# Work required:
Write out the entries below exactly, from the first line to the one with "f 238 237 108", both ends included.

# Information shown:
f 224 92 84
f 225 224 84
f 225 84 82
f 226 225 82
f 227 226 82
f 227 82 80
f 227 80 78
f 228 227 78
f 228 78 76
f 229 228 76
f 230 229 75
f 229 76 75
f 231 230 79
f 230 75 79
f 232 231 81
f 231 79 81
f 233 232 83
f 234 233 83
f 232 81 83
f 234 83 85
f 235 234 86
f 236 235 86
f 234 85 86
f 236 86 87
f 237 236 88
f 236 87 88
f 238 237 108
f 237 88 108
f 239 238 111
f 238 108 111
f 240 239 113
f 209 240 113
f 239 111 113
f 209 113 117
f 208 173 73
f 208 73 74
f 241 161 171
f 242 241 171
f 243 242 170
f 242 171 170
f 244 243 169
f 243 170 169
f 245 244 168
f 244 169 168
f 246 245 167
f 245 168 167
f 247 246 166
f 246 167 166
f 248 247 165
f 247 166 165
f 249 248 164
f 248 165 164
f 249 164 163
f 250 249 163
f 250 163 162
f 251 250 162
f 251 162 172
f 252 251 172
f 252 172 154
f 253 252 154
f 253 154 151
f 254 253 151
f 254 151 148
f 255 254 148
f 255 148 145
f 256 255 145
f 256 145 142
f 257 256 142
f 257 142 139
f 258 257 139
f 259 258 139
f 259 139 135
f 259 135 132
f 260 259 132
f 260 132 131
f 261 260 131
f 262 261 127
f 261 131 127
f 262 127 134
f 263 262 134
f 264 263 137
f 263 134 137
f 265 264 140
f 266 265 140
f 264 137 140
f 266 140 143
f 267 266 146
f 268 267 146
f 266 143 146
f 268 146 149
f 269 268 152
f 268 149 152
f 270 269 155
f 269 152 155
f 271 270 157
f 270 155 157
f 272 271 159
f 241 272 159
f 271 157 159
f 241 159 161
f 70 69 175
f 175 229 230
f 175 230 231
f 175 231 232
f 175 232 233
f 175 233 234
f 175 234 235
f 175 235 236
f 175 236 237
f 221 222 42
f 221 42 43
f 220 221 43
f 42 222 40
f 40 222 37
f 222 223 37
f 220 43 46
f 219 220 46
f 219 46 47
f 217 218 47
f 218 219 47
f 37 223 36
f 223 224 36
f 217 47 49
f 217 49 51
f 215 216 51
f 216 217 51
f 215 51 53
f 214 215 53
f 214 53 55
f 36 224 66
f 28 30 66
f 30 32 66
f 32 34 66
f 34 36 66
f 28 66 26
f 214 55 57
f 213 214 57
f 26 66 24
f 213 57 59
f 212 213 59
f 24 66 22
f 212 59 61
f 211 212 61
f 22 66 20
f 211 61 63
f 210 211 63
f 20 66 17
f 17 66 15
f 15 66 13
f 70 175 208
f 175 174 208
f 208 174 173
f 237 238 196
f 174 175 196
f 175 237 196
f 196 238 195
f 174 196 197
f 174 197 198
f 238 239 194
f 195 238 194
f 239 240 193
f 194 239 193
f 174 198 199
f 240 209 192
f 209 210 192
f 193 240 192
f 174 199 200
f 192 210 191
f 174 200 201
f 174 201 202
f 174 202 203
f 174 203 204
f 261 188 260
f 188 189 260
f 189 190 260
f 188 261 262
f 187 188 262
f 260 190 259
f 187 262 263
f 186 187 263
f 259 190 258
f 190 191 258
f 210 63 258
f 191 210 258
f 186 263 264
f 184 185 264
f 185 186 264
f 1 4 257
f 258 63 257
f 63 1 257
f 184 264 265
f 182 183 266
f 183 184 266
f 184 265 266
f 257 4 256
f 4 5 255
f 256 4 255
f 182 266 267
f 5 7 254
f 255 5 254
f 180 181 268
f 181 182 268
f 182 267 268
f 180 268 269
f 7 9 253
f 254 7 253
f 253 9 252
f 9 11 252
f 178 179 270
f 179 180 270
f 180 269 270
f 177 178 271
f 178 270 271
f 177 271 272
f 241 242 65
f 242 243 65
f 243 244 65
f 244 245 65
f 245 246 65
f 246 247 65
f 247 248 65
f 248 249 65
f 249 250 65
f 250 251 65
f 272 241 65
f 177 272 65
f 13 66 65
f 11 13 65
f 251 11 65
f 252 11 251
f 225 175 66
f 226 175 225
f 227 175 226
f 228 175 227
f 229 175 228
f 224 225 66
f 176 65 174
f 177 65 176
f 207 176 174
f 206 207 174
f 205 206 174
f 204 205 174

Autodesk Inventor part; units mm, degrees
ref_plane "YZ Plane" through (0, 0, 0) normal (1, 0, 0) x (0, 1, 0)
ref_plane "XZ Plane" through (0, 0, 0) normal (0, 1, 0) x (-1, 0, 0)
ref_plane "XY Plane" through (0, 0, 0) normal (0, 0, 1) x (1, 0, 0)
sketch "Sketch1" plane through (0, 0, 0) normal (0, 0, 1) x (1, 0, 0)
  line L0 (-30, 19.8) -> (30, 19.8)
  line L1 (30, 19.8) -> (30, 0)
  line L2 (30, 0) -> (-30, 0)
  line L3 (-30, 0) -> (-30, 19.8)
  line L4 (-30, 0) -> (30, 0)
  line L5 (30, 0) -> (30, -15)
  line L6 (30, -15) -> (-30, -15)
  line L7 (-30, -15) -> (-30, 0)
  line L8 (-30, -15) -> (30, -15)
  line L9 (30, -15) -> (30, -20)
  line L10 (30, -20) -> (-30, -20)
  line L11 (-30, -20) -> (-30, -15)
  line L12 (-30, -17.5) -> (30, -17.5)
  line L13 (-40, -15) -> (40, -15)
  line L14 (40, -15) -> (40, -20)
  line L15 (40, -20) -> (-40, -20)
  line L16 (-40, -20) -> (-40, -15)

# Exercise result:
f 224 92 84
f 225 224 84
f 225 84 82
f 226 225 82
f 227 226 82
f 227 82 80
f 227 80 78
f 228 227 78
f 228 78 76
f 229 228 76
f 230 229 75
f 229 76 75
f 231 230 79
f 230 75 79
f 232 231 81
f 231 79 81
f 233 232 83
f 234 233 83
f 232 81 83
f 234 83 85
f 235 234 86
f 236 235 86
f 234 85 86
f 236 86 87
f 237 236 88
f 236 87 88
f 238 237 108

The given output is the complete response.